* What is being asked:
Your job with the data below is to output exactly the lines from the one holding "#123=EDGE_CURVE('',#119,#119,#122,.T.);" down to the one holding "#169=EDGE_LOOP('',(#168));", both included, and no others.

[Dataset entries]
..........

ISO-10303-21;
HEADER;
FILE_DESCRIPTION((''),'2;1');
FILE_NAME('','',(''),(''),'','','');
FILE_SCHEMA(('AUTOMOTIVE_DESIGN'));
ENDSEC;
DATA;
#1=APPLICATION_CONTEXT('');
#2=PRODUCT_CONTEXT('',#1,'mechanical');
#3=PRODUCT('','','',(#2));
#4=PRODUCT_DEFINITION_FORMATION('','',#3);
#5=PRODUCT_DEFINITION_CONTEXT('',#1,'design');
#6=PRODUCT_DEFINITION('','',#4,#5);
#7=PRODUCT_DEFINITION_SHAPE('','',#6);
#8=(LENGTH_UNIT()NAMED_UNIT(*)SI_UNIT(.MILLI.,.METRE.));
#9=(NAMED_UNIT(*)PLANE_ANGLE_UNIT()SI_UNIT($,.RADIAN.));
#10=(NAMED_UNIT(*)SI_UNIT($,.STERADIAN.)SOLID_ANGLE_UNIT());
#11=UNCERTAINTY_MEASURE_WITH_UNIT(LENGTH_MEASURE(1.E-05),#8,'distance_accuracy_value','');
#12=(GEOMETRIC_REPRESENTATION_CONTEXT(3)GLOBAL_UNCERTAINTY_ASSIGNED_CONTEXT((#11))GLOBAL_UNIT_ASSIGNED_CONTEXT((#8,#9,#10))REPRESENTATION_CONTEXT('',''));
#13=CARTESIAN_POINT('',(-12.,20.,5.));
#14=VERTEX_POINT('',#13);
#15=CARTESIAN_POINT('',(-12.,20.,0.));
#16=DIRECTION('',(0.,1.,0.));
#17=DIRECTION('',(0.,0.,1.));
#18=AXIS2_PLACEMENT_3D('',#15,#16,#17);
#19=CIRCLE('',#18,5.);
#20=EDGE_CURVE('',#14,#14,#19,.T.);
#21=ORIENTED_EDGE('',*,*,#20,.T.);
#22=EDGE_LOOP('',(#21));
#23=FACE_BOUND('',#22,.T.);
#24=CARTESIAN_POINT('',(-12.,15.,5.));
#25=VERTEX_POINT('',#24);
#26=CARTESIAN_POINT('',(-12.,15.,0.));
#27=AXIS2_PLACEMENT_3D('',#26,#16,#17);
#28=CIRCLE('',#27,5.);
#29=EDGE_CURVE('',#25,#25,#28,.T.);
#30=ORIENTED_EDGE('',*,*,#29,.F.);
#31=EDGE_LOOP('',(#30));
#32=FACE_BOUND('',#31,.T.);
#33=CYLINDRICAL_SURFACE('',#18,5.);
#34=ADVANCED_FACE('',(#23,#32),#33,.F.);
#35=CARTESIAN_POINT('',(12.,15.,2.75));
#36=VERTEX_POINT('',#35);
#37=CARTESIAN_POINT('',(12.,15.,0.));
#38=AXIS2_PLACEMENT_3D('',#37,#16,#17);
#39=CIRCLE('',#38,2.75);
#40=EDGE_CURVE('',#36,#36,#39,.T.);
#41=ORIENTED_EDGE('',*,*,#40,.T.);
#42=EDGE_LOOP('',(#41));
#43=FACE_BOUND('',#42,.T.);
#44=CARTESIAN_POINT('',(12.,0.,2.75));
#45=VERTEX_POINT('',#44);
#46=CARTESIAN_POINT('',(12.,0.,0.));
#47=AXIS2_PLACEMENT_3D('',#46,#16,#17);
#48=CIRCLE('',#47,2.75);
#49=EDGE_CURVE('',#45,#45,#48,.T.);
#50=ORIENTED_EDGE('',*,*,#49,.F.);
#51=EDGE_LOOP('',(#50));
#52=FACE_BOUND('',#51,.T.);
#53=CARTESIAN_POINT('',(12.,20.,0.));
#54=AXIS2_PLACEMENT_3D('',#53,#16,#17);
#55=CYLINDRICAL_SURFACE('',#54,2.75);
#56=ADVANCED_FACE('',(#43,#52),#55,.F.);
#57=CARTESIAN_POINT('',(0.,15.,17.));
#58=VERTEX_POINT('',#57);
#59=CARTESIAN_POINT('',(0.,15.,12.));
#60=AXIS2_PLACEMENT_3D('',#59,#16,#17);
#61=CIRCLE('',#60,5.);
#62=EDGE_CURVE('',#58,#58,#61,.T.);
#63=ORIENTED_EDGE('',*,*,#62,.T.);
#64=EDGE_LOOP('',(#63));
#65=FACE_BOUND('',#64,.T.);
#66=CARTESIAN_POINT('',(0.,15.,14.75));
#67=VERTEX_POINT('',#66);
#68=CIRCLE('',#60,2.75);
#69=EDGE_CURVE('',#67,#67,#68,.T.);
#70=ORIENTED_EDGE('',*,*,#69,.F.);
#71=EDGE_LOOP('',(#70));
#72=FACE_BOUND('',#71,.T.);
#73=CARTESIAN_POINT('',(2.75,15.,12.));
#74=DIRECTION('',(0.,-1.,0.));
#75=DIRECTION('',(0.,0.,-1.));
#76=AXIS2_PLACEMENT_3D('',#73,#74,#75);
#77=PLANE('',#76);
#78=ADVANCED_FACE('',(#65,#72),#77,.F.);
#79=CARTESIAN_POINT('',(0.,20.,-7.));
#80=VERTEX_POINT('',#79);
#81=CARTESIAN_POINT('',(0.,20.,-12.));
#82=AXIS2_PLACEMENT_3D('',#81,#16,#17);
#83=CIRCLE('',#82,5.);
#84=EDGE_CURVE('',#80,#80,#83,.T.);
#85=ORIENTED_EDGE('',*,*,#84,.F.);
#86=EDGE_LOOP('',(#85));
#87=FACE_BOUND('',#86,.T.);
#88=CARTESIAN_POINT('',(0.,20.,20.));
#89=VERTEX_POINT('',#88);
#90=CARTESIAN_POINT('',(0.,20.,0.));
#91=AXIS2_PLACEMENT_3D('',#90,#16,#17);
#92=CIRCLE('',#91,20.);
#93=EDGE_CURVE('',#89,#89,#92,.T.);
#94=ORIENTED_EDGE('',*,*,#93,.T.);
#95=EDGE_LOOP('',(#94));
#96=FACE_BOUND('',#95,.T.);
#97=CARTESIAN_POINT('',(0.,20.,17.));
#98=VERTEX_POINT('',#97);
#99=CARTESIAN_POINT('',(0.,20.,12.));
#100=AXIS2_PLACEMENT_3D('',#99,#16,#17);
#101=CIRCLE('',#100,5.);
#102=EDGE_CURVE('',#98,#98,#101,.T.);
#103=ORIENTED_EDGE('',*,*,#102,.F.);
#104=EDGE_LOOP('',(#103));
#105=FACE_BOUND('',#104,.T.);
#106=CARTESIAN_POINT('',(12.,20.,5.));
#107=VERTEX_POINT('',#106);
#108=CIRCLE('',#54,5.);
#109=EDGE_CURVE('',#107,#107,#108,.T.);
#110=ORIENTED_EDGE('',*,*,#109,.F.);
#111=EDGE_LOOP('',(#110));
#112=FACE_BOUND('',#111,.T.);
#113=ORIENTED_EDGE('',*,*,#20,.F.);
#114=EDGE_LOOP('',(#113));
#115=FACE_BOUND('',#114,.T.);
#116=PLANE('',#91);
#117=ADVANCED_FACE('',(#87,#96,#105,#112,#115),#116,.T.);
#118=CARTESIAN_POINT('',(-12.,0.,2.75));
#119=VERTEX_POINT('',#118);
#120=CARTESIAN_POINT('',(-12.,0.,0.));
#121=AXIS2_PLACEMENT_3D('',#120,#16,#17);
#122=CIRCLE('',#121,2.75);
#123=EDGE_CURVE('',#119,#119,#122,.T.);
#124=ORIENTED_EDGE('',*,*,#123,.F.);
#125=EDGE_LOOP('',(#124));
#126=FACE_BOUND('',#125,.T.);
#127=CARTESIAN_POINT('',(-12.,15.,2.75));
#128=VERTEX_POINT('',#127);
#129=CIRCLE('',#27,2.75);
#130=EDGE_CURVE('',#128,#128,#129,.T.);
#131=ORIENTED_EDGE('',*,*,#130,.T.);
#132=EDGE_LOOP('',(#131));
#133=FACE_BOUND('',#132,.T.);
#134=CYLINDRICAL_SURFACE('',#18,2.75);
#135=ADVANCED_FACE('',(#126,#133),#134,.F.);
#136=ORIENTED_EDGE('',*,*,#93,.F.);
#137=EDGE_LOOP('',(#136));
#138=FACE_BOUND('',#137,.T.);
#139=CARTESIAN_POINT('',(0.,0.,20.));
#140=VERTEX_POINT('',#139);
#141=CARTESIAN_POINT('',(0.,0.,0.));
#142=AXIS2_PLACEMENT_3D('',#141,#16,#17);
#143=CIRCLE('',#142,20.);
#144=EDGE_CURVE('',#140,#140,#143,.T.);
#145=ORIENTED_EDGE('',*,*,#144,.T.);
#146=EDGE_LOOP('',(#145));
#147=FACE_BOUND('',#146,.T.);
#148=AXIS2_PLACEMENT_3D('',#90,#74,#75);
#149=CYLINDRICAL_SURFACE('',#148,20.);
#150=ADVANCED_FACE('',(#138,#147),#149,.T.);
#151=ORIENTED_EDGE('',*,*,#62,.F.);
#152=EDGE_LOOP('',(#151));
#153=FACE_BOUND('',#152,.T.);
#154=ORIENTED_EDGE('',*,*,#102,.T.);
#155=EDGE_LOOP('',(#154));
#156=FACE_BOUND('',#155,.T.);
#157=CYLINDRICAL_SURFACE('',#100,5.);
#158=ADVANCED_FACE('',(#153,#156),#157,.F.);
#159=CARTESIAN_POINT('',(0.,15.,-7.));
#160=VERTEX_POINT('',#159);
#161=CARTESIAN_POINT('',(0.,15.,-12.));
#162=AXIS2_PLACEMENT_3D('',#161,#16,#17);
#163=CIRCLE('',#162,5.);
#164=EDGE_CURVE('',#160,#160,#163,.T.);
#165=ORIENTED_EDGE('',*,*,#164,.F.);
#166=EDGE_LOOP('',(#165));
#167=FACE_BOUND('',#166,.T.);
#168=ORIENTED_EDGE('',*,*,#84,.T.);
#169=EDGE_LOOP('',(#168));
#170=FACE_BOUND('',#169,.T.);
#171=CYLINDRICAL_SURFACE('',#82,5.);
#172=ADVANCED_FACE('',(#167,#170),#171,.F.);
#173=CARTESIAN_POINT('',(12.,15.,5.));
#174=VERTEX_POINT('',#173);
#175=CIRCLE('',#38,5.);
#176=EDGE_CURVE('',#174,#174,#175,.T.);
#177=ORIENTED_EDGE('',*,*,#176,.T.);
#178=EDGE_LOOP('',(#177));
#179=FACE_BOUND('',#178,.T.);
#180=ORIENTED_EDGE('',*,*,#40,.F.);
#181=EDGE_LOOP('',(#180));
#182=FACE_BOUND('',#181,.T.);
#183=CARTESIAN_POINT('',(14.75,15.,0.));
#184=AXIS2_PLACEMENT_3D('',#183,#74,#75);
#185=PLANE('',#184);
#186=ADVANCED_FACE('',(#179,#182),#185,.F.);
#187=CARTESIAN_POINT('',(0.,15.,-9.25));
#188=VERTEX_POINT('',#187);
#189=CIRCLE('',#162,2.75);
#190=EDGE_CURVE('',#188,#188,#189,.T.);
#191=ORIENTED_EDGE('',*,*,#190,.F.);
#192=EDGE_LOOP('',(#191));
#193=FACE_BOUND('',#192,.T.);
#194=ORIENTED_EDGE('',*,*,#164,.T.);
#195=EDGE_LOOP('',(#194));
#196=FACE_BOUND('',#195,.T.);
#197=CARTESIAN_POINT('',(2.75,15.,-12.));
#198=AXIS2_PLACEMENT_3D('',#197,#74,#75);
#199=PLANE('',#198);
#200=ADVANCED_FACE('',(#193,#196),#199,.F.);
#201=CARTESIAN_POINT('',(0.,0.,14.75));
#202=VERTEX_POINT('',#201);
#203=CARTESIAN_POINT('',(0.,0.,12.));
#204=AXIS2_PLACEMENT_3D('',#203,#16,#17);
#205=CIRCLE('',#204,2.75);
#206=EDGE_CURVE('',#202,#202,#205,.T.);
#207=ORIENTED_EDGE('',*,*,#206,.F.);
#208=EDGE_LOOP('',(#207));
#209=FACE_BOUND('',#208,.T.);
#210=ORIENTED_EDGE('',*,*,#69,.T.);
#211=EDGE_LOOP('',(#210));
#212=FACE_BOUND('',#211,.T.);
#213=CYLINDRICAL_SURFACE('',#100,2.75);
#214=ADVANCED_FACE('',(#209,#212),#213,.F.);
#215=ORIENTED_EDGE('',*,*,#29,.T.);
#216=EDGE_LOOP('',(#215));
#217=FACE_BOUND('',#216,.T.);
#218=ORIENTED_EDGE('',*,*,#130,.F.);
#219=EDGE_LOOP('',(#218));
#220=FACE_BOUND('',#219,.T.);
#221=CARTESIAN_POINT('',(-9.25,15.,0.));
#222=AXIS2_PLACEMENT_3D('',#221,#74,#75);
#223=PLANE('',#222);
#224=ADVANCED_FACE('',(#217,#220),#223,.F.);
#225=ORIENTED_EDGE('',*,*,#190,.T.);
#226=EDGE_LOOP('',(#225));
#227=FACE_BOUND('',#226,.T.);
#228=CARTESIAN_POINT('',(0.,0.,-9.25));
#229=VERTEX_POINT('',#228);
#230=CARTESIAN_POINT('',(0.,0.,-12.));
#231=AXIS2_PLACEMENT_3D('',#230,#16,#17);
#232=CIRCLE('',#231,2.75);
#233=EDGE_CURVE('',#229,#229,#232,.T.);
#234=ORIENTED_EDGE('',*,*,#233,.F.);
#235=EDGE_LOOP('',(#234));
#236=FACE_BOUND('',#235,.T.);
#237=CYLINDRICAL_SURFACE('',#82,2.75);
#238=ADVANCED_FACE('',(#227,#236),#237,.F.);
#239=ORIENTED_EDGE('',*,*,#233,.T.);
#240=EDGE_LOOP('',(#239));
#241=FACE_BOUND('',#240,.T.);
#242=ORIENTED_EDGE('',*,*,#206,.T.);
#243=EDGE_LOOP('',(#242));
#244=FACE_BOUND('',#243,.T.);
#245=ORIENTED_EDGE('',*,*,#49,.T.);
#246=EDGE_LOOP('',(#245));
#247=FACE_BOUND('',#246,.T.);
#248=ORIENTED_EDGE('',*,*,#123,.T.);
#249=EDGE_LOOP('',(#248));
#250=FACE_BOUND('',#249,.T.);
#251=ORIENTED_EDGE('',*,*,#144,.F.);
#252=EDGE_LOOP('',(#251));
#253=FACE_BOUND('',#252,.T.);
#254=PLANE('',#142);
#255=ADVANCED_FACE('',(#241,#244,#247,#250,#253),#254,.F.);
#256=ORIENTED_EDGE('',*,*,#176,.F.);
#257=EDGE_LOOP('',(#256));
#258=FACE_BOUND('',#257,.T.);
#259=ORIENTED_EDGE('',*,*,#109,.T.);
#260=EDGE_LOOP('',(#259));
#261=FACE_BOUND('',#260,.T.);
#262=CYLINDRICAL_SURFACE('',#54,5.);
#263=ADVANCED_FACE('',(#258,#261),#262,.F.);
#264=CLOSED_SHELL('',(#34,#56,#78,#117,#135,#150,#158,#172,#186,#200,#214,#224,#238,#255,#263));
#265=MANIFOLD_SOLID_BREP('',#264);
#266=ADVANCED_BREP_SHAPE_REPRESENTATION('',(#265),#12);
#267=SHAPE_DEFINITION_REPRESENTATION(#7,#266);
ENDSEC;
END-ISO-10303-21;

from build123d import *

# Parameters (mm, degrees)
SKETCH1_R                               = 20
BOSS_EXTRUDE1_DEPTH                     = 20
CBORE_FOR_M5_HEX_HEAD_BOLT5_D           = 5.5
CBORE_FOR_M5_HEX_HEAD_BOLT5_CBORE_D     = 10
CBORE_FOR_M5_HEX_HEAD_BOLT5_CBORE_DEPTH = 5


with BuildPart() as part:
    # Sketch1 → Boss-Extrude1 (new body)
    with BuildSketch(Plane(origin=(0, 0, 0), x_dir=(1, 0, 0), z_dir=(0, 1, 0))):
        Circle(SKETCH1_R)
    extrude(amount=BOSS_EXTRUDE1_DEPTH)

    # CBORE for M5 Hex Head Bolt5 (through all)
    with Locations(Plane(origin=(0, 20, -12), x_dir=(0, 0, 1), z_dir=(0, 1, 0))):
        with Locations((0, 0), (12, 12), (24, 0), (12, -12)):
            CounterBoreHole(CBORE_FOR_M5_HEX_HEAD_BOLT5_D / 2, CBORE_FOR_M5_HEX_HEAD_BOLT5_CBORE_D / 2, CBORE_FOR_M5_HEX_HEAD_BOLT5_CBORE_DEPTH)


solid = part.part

..........

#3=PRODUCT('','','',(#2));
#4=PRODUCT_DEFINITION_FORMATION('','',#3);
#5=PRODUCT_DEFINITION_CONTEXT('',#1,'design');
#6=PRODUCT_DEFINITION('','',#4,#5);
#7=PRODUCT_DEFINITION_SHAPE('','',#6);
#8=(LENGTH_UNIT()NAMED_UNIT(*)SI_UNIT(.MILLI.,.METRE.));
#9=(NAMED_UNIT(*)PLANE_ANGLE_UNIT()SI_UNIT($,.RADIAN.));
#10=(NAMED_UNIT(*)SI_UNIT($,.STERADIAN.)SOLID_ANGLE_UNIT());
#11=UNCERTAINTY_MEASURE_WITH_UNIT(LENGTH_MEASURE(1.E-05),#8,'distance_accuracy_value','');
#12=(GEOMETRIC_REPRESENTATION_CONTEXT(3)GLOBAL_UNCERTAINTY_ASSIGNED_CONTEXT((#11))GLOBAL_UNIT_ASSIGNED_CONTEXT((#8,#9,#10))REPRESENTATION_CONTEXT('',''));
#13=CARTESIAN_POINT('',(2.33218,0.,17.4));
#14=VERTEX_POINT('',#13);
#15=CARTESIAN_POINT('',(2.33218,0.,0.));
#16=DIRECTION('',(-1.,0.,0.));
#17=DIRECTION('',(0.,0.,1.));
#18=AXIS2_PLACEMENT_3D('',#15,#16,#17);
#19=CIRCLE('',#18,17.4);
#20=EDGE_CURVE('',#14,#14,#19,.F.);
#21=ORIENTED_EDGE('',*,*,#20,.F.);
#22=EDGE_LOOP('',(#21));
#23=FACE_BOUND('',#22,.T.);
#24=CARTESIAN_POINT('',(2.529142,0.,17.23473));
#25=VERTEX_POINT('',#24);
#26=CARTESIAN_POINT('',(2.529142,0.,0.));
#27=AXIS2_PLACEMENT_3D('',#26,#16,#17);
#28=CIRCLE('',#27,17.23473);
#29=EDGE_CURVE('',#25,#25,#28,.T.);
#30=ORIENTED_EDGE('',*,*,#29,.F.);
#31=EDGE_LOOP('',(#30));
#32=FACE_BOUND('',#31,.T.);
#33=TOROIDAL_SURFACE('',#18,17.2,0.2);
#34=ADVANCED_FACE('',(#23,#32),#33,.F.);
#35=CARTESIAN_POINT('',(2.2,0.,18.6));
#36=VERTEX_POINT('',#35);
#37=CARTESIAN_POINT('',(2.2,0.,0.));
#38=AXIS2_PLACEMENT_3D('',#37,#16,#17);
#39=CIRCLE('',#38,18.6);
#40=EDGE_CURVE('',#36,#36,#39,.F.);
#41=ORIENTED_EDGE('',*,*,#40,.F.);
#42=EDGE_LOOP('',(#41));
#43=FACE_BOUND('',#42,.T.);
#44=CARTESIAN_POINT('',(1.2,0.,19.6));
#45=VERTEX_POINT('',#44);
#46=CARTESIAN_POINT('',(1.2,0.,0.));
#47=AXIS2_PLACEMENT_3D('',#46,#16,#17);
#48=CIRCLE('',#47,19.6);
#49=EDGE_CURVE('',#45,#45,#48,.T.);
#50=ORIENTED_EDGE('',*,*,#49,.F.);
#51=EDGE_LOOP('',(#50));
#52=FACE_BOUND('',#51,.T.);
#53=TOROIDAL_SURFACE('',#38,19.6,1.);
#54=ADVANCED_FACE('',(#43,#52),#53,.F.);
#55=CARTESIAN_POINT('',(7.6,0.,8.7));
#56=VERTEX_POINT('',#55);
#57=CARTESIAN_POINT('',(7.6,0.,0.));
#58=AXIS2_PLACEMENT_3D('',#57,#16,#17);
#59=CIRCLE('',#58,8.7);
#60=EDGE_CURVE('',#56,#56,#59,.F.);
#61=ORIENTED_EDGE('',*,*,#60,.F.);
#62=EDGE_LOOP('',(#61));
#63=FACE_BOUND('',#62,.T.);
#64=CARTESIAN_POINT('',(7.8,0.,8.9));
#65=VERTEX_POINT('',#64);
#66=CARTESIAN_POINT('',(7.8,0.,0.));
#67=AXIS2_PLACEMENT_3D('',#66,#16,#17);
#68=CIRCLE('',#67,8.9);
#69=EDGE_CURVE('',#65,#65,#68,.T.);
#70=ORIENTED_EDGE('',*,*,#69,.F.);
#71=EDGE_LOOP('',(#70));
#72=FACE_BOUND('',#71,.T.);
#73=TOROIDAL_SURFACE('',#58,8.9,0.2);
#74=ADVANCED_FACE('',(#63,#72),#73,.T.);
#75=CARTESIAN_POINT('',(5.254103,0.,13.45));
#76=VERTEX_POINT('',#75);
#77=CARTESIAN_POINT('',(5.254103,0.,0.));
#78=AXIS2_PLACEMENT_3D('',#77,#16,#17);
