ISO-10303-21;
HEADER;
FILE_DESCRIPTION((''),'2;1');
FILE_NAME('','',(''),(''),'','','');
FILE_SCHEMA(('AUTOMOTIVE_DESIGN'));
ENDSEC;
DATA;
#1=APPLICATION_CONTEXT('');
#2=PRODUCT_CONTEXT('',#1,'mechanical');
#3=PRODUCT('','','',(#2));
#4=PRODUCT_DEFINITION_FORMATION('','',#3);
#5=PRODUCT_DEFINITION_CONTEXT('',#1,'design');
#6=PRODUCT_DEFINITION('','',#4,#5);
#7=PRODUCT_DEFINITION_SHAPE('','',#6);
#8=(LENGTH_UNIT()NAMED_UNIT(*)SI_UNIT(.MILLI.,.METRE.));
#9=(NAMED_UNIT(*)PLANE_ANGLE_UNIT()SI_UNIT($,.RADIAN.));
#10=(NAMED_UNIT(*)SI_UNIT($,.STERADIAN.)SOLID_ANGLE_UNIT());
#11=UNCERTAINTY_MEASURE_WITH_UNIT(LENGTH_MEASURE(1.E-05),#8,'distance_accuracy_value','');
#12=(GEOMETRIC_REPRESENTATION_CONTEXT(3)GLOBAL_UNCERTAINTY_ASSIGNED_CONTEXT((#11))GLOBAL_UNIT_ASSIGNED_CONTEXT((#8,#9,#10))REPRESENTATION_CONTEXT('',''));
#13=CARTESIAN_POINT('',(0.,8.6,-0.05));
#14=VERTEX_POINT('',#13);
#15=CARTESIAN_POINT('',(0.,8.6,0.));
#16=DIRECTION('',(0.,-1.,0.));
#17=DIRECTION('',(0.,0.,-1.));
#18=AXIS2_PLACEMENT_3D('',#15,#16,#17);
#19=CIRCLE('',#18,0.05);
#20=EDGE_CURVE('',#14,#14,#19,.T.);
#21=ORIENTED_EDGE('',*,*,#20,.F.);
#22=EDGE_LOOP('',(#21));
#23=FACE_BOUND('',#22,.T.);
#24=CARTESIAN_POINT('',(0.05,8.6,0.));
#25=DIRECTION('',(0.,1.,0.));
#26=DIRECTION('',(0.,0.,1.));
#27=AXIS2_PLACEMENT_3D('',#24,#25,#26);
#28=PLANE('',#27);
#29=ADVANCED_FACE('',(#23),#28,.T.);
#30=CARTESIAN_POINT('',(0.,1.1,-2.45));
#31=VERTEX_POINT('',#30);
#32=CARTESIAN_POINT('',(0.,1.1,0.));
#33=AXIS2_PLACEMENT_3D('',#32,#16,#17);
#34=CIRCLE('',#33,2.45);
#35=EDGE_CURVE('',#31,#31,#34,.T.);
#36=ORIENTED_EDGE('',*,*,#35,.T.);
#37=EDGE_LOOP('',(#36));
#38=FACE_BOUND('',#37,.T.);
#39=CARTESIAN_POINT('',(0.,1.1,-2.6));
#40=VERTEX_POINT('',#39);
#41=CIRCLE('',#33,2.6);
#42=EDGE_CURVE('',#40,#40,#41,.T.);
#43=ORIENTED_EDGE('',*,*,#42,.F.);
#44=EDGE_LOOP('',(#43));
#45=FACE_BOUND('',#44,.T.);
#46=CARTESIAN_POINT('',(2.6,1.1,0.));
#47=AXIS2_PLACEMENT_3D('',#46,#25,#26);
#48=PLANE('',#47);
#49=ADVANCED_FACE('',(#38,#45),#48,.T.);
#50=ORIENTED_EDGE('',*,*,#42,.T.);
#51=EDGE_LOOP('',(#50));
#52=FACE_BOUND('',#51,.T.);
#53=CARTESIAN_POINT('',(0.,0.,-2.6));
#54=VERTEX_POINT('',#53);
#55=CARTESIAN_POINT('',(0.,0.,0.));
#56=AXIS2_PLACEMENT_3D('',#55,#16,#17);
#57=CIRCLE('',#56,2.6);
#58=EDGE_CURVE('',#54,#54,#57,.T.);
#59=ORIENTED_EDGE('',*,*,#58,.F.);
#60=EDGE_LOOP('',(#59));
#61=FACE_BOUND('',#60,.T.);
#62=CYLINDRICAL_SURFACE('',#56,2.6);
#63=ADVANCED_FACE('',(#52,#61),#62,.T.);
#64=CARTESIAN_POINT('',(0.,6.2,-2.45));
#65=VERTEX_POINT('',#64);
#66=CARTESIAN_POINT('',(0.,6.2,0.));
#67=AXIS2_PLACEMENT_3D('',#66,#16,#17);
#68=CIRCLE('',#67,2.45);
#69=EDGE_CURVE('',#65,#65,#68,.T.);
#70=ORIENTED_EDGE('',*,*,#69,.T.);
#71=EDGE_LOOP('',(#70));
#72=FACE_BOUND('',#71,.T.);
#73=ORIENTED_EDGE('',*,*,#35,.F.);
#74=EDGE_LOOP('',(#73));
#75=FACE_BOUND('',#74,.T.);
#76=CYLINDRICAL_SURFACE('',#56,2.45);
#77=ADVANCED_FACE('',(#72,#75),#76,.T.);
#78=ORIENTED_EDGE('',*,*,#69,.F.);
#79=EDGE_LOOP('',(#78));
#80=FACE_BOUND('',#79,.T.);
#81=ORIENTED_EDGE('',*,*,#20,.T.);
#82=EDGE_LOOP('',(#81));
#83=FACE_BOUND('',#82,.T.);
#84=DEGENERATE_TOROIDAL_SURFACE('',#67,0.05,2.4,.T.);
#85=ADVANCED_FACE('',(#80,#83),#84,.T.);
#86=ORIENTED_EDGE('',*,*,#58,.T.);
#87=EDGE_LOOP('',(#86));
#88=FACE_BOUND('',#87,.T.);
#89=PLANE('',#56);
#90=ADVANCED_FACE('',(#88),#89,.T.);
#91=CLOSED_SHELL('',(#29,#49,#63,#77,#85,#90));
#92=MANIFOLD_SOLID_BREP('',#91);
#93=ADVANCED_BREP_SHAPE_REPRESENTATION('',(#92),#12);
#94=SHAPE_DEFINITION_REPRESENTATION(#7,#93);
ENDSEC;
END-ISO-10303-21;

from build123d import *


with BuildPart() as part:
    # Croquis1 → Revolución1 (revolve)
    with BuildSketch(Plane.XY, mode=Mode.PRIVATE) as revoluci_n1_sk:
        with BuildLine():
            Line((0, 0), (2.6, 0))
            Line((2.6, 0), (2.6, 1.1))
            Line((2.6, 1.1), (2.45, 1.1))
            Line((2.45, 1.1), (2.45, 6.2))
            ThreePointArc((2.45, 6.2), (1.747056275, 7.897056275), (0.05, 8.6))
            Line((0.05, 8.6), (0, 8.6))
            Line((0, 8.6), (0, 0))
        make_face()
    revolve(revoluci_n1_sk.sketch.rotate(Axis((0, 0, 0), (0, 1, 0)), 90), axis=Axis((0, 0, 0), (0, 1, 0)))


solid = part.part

..........

* Response:
#123=EDGE_CURVE('',#119,#119,#122,.T.);
#124=ORIENTED_EDGE('',*,*,#123,.F.);
#125=EDGE_LOOP('',(#124));
#126=FACE_BOUND('',#125,.T.);
#127=CARTESIAN_POINT('',(-12.,15.,2.75));
#128=VERTEX_POINT('',#127);
#129=CIRCLE('',#27,2.75);
#130=EDGE_CURVE('',#128,#128,#129,.T.);
#131=ORIENTED_EDGE('',*,*,#130,.T.);
#132=EDGE_LOOP('',(#131));
#133=FACE_BOUND('',#132,.T.);
#134=CYLINDRICAL_SURFACE('',#18,2.75);
#135=ADVANCED_FACE('',(#126,#133),#134,.F.);
#136=ORIENTED_EDGE('',*,*,#93,.F.);
#137=EDGE_LOOP('',(#136));
#138=FACE_BOUND('',#137,.T.);
#139=CARTESIAN_POINT('',(0.,0.,20.));
#140=VERTEX_POINT('',#139);
#141=CARTESIAN_POINT('',(0.,0.,0.));
#142=AXIS2_PLACEMENT_3D('',#141,#16,#17);
#143=CIRCLE('',#142,20.);
#144=EDGE_CURVE('',#140,#140,#143,.T.);
#145=ORIENTED_EDGE('',*,*,#144,.T.);
#146=EDGE_LOOP('',(#145));
#147=FACE_BOUND('',#146,.T.);
#148=AXIS2_PLACEMENT_3D('',#90,#74,#75);
#149=CYLINDRICAL_SURFACE('',#148,20.);
#150=ADVANCED_FACE('',(#138,#147),#149,.T.);
#151=ORIENTED_EDGE('',*,*,#62,.F.);
#152=EDGE_LOOP('',(#151));
#153=FACE_BOUND('',#152,.T.);
#154=ORIENTED_EDGE('',*,*,#102,.T.);
#155=EDGE_LOOP('',(#154));
#156=FACE_BOUND('',#155,.T.);
#157=CYLINDRICAL_SURFACE('',#100,5.);
#158=ADVANCED_FACE('',(#153,#156),#157,.F.);
#159=CARTESIAN_POINT('',(0.,15.,-7.));
#160=VERTEX_POINT('',#159);
#161=CARTESIAN_POINT('',(0.,15.,-12.));
#162=AXIS2_PLACEMENT_3D('',#161,#16,#17);
#163=CIRCLE('',#162,5.);
#164=EDGE_CURVE('',#160,#160,#163,.T.);
#165=ORIENTED_EDGE('',*,*,#164,.F.);
#166=EDGE_LOOP('',(#165));
#167=FACE_BOUND('',#166,.T.);
#168=ORIENTED_EDGE('',*,*,#84,.T.);
#169=EDGE_LOOP('',(#168));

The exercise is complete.